Experimental protocol. Male C57BL/6J mice aged 10–12 weeks were injected intratracheally with AAV6-CAG-mIL10 (5 × 10¹⁰ vg/ mouse) or vehicle (HN buffer) on day 0. From day 7, mice were continuously treated with 125 mg/kg of bleomycin or saline for one week using subcutaneously implanted osmotic minipumps. Mice were randomly divided into four groups as follows: group 1, no vector + saline ; group 2, AAV-IL10 + saline ; group 3, no vector + BLM ; and group 4, AAV-IL10 + BLM. As part of the time-course experiment, mice were sacrificed on days 0, 21, and 35, and samples such as blood, BALF, and lung tissue were collected for further analysis. AAV, adeno-associated virus; CAG, cytomegalovirus early enhancer/chicken β-actin promoter; mIL10, mouse interleukin-10; BLM, bleomycin; HN buffer, HEPES-NaCl buffer [50 mmol/L 4-(2-hydroxyethyl)-1-piperazineethanesulfonic acid, pH 7.4, 150 mmol/L NaCl]; BALF, bronchoalveolar lavage fluid.

In order to examine the time course of mIL10 expression, blood and bronchoalveolar lavage fluid (BALF) were collected on days 0 (prevector injection), 21, and 35 in group 2 mice (AAV-IL10 + saline group). The concentrations of mIL10 in plasma and BALF were measured using mouse IL-10 ELISA (eBioscience).

BALF collection and histology

Mice were sacrificed on day 35 and BAL was performed by cannulating the trachea with a 20-gauge catheter and completely infusing the lungs four times with 0.8 mL of cold phosphate-buffered saline. The recovery of BALF ranged between 2.4 and 3.0 mL per mouse. BALF was centrifuged at 1,000 g at 4°C for 10 min, and supernatants were collected. The number of white blood cells was counted using a hemocytometer, and a differential cell analysis was performed by Diff-Quick staining (Sysmex, Kobe, Japan) after cytospinning at 800 rpm at 22°C for 10 min.

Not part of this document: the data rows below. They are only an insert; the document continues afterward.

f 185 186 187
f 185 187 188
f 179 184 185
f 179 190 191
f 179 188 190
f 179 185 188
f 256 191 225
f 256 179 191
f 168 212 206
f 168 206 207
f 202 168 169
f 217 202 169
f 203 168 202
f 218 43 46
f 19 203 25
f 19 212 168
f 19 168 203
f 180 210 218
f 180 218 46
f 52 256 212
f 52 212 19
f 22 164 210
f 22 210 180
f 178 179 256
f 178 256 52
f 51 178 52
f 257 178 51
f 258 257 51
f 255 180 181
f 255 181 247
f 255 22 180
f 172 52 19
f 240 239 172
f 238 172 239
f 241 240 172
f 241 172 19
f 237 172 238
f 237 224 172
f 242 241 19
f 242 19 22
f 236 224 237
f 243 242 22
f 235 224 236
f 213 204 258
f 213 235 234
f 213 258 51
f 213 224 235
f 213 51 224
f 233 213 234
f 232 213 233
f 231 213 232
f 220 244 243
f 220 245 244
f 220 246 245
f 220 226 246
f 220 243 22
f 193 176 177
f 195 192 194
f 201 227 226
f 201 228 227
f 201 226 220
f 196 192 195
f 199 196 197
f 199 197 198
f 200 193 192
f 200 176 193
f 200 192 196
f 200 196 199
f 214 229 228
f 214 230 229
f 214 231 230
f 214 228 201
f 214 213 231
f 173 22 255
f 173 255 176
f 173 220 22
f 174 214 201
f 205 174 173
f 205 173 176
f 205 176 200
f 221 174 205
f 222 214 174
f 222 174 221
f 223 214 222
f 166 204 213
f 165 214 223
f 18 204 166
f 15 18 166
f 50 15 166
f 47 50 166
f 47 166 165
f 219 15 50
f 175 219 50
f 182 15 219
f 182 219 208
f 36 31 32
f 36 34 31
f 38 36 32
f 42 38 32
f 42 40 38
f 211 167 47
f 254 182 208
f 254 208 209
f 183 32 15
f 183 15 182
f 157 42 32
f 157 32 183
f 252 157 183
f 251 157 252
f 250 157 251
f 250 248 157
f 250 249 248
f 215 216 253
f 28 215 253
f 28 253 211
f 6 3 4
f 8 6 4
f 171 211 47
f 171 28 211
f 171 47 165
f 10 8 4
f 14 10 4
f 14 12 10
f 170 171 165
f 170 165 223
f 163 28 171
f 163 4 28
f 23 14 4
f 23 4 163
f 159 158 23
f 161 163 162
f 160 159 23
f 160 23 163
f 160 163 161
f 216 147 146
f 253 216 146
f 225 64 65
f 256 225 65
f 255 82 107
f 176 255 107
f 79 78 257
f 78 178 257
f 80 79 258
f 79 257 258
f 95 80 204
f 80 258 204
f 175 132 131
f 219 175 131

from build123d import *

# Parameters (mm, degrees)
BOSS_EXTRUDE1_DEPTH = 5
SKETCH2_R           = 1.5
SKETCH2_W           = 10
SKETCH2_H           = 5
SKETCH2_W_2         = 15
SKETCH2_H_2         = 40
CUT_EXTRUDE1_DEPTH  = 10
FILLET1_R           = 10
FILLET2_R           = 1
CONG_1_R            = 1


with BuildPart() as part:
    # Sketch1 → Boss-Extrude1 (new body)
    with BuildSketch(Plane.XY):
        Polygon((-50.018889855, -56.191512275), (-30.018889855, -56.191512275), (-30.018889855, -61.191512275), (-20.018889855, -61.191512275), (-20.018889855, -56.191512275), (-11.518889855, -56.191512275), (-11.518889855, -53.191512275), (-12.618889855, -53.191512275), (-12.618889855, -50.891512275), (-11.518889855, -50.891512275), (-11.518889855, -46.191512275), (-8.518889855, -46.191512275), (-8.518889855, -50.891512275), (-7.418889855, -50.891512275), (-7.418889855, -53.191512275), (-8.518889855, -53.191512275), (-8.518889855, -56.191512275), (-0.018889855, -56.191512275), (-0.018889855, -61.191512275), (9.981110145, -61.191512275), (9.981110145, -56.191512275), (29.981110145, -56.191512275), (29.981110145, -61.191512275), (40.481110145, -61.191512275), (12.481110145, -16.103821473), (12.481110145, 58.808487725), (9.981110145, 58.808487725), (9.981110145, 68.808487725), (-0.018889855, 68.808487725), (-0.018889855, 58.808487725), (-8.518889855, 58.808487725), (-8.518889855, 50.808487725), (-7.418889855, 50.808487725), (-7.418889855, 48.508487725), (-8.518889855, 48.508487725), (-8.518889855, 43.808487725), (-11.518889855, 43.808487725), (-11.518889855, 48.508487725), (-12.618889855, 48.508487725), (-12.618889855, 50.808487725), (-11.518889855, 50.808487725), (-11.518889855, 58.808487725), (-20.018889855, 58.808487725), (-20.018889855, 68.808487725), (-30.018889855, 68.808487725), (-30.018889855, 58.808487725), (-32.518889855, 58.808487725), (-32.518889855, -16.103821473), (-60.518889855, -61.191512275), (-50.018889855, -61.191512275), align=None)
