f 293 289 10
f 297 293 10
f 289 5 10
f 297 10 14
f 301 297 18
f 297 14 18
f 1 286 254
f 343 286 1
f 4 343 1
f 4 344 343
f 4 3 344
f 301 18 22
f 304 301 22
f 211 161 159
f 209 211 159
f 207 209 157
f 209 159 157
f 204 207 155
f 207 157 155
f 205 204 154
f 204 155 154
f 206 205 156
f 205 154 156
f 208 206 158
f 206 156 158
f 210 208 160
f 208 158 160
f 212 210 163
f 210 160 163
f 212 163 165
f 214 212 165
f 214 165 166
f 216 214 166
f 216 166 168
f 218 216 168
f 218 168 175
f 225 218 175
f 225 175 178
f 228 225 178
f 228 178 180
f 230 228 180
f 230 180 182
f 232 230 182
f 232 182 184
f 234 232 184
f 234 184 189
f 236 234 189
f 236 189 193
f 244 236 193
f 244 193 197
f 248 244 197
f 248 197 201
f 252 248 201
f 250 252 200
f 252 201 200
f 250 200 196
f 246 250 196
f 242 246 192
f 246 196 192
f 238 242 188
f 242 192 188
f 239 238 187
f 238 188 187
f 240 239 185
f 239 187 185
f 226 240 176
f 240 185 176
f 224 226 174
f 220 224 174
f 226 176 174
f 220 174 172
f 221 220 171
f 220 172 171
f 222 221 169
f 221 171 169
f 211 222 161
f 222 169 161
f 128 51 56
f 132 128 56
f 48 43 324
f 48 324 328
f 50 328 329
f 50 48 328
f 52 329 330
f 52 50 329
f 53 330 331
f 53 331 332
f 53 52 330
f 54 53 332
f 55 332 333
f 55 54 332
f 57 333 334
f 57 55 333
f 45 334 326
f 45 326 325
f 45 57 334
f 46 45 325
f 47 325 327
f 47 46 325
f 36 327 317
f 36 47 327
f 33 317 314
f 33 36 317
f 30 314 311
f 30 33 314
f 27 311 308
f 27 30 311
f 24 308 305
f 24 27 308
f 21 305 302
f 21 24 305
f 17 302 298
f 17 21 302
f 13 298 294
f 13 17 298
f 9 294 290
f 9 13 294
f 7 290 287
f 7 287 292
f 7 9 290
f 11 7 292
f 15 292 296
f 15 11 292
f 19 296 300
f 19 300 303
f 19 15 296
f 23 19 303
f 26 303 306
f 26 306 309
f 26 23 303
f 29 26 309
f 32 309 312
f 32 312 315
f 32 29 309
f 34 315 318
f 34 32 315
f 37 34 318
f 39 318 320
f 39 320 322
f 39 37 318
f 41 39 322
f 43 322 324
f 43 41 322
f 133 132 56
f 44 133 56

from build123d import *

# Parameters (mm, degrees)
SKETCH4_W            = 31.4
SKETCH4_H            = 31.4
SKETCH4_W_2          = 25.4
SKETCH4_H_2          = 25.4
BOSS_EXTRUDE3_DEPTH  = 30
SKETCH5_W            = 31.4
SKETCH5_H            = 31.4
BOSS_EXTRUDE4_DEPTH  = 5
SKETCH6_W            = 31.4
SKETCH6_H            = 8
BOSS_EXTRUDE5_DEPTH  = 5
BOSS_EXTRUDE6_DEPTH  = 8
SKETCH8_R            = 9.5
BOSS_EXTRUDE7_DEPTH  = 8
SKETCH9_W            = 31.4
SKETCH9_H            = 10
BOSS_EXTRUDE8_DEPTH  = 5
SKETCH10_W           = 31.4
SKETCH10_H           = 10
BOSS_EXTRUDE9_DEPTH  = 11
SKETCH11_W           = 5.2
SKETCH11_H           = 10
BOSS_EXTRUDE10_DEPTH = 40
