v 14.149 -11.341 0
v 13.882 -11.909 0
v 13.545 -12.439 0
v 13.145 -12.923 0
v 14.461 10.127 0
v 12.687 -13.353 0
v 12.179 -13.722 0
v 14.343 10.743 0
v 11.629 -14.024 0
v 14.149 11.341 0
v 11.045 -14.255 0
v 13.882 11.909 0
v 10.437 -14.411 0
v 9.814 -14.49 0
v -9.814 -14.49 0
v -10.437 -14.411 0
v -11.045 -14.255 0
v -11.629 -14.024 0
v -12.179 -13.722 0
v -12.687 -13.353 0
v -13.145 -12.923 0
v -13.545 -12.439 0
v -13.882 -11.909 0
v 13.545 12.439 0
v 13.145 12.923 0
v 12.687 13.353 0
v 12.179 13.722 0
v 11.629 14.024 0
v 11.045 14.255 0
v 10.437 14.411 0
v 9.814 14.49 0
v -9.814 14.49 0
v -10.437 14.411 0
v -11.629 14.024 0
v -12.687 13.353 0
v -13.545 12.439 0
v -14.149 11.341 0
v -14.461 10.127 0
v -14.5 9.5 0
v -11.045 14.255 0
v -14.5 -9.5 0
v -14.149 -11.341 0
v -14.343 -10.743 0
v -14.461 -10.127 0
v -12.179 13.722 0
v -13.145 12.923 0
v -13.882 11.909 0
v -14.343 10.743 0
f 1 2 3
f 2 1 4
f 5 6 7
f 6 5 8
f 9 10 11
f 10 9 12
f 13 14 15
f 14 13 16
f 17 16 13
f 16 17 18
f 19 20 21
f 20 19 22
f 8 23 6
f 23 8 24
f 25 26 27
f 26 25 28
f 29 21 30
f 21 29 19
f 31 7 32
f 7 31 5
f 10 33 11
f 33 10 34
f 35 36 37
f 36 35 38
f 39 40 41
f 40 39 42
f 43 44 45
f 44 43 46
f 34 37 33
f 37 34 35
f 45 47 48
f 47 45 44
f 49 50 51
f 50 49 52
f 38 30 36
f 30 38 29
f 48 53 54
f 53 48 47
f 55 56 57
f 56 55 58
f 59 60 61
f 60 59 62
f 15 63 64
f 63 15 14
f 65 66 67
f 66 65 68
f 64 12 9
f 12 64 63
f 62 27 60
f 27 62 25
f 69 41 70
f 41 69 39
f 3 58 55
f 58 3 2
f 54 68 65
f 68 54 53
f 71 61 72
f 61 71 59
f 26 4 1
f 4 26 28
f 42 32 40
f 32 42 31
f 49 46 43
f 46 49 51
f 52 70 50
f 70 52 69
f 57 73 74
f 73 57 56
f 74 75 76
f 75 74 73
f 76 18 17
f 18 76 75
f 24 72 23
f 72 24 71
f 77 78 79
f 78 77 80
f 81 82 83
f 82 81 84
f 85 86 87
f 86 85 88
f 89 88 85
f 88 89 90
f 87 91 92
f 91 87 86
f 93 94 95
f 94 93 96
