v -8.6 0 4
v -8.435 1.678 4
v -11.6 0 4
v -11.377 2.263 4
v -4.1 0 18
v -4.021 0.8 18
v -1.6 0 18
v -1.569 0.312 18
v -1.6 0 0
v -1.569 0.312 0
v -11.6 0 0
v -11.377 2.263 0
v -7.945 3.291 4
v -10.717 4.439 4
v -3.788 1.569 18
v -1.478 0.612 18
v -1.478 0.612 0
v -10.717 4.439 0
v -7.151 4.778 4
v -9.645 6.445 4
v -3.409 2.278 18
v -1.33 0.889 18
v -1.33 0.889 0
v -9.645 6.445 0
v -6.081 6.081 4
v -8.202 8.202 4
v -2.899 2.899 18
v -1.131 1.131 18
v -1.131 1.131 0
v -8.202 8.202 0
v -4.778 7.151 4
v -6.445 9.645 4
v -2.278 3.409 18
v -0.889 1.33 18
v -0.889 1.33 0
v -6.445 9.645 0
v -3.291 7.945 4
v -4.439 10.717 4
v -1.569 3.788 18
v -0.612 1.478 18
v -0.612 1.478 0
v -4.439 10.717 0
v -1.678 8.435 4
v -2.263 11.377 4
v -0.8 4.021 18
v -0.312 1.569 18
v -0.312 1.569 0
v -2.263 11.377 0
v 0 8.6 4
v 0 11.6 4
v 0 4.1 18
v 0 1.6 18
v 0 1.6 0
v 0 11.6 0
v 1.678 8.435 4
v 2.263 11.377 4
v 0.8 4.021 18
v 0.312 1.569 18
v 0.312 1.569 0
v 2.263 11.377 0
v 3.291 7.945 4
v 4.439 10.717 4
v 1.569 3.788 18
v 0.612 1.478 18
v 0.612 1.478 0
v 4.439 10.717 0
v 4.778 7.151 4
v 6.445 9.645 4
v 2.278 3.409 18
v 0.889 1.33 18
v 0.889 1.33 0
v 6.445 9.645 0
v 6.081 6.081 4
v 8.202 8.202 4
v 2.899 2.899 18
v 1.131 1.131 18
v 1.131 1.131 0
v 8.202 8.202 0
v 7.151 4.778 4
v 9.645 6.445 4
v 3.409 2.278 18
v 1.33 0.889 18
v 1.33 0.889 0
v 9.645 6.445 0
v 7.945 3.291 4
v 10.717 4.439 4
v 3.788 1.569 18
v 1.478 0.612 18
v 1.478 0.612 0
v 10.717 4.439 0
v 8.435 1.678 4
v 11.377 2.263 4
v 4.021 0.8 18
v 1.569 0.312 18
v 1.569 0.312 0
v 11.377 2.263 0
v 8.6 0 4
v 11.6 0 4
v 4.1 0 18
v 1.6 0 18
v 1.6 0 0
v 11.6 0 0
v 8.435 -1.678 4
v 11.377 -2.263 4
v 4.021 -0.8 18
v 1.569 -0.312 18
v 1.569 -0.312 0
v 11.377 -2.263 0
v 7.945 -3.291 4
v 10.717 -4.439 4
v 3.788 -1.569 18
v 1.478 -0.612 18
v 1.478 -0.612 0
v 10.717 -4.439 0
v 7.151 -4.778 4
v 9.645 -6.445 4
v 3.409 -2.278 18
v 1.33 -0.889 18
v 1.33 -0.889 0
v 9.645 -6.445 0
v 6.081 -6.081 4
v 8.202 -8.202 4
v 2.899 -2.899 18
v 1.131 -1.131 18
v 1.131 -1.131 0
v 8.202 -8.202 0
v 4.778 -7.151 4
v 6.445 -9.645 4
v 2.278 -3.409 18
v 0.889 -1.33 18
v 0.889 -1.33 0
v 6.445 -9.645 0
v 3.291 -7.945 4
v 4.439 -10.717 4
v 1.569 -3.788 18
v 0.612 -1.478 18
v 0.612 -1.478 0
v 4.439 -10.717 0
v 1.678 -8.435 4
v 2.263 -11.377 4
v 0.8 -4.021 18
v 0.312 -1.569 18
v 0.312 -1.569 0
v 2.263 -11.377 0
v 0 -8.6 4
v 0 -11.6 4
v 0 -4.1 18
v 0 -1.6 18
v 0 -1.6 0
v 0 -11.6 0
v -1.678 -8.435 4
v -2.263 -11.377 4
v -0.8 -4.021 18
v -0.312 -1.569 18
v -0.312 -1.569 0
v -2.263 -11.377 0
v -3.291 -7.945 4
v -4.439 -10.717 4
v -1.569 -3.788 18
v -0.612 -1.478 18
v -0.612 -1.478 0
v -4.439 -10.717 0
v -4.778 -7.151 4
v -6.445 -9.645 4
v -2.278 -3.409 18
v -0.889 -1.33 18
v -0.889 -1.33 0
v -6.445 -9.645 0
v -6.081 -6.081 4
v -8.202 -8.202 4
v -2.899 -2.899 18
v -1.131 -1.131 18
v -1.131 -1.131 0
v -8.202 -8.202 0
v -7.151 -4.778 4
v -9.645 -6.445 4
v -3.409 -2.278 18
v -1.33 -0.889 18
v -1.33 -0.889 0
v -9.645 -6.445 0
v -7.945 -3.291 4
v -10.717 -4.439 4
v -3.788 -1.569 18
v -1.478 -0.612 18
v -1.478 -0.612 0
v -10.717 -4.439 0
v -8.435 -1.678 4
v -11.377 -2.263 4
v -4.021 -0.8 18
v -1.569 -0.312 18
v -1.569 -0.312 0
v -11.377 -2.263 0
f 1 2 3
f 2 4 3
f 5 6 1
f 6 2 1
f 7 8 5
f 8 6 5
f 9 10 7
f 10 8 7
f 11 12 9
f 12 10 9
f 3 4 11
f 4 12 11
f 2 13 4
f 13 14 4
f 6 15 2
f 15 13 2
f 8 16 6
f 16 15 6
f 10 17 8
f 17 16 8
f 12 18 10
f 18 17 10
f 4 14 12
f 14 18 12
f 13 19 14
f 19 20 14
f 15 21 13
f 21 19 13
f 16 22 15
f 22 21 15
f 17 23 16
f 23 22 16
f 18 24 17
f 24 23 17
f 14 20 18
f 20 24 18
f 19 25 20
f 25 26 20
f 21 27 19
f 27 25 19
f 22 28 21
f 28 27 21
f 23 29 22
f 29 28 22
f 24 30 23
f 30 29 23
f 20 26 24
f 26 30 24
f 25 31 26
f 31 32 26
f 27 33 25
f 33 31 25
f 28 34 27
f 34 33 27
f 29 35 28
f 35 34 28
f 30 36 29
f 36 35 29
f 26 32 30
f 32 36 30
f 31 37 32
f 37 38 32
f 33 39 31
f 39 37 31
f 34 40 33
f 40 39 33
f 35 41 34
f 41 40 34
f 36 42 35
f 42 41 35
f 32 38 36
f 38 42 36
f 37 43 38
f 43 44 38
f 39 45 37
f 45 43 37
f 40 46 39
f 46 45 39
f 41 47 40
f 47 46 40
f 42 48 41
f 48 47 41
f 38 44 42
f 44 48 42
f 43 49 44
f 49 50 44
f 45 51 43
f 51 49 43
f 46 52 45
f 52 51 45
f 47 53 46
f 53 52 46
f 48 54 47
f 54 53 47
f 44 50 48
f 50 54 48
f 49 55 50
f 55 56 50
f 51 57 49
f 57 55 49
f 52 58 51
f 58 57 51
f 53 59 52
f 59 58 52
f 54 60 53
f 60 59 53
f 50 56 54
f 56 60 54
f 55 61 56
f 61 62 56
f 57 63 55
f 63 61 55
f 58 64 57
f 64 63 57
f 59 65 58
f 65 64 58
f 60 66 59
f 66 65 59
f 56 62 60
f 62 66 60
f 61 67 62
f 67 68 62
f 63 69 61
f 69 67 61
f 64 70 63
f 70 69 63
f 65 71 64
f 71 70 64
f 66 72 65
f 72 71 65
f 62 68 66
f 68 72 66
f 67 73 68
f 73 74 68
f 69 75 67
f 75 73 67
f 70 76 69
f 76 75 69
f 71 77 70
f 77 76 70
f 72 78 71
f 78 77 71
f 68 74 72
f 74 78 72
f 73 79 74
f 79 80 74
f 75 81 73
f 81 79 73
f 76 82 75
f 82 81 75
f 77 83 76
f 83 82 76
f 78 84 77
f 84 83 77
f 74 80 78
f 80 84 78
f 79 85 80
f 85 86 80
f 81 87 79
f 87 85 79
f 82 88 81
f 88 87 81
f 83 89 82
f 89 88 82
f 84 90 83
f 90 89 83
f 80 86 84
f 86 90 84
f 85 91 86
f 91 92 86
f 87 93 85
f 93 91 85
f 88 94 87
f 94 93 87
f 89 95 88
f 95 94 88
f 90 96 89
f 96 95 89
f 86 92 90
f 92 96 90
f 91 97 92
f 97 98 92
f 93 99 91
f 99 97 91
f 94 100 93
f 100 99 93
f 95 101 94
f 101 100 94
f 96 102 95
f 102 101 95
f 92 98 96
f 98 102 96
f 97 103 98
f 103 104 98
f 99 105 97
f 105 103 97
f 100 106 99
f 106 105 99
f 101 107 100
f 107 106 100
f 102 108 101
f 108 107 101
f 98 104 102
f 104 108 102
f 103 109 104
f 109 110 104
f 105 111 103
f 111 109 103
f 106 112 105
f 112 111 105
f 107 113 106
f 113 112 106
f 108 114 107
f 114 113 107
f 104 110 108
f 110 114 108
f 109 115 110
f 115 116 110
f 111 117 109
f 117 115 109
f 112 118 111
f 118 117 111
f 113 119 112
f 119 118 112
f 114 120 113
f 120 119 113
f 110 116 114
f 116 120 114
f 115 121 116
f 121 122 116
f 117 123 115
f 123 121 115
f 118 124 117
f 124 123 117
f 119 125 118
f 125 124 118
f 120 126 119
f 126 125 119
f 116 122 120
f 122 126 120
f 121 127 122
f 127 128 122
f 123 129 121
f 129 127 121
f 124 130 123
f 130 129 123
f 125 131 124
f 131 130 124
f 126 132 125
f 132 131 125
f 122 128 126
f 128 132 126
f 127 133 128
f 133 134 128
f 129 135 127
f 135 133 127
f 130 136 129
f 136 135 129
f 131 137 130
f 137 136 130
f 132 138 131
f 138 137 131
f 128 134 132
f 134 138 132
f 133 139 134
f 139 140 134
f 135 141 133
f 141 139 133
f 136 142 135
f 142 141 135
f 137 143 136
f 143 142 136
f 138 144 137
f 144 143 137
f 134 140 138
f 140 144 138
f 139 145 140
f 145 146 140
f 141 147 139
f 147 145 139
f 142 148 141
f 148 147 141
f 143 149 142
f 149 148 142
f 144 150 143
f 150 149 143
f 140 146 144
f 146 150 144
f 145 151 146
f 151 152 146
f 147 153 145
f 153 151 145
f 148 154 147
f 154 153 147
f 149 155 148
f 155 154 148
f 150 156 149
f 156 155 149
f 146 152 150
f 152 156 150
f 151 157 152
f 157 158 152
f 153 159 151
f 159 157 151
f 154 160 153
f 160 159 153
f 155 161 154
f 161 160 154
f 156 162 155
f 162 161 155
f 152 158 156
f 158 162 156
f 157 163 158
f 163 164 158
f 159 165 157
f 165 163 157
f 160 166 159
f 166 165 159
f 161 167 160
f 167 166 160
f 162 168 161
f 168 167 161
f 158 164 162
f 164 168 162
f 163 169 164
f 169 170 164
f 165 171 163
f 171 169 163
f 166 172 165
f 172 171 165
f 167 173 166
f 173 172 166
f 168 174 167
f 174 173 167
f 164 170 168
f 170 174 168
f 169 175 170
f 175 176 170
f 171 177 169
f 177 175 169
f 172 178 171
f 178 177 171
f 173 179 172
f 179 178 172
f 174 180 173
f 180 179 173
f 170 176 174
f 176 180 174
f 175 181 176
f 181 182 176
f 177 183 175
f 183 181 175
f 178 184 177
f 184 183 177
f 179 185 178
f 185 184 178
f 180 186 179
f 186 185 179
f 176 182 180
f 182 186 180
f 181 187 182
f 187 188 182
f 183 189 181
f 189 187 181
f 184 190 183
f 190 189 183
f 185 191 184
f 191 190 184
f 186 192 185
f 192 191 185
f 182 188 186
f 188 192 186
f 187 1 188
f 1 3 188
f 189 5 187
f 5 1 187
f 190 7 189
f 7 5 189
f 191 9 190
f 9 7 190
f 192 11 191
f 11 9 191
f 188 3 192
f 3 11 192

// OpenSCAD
$fn = 32;

// ----------------------------------------------------------------------
// Profiled standoff: conical spacer, 18 mm long, bore 3.2 mm
// ----------------------------------------------------------------------

// --- parameters (mm) ---
revolve_angle = 360;      // full turn around the Z axis
profile_points = 6;       // points of the closed outline

profile = [[1.6, 0], [11.6, 0], [11.6, 4], [8.6, 4], [4.1, 18], [1.6, 18]];  // single closed polygon, 6 points, counter clockwise

// --- the one profile operation ---
rotate_extrude(angle = revolve_angle) polygon(points = profile);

After lavage on day 35, the lungs were fixed by an intratracheal injection of 1 mL of 10% formalin neutral buffer solution (Wako, Osaka, Japan) and embedded in paraffin. Left lung sections were cut into 3-μm-thick slices, which were then stained with hematoxylin and eosin or Masson's trichrome. The degree of fibrosis was scored using the Ashcroft method¹⁷ and 20 random fields per lung were assessed at a magnification of 100 × . The grade of lung fibrosis was scored between 0 and 8: grade 0, normal lung; grade 1, minimal fibrous thickening of the alveolar or bronchial walls; grade 3, moderate thickening of the walls without obvious damage to the lung architecture; grade 5, increased fibrosis with definite damage to the lung structure and the formation of fibrous bands or small fibrous masses; grade 7, severe distortion of the structure and large fibrous areas; grade 8, total fibrous obliteration of the field.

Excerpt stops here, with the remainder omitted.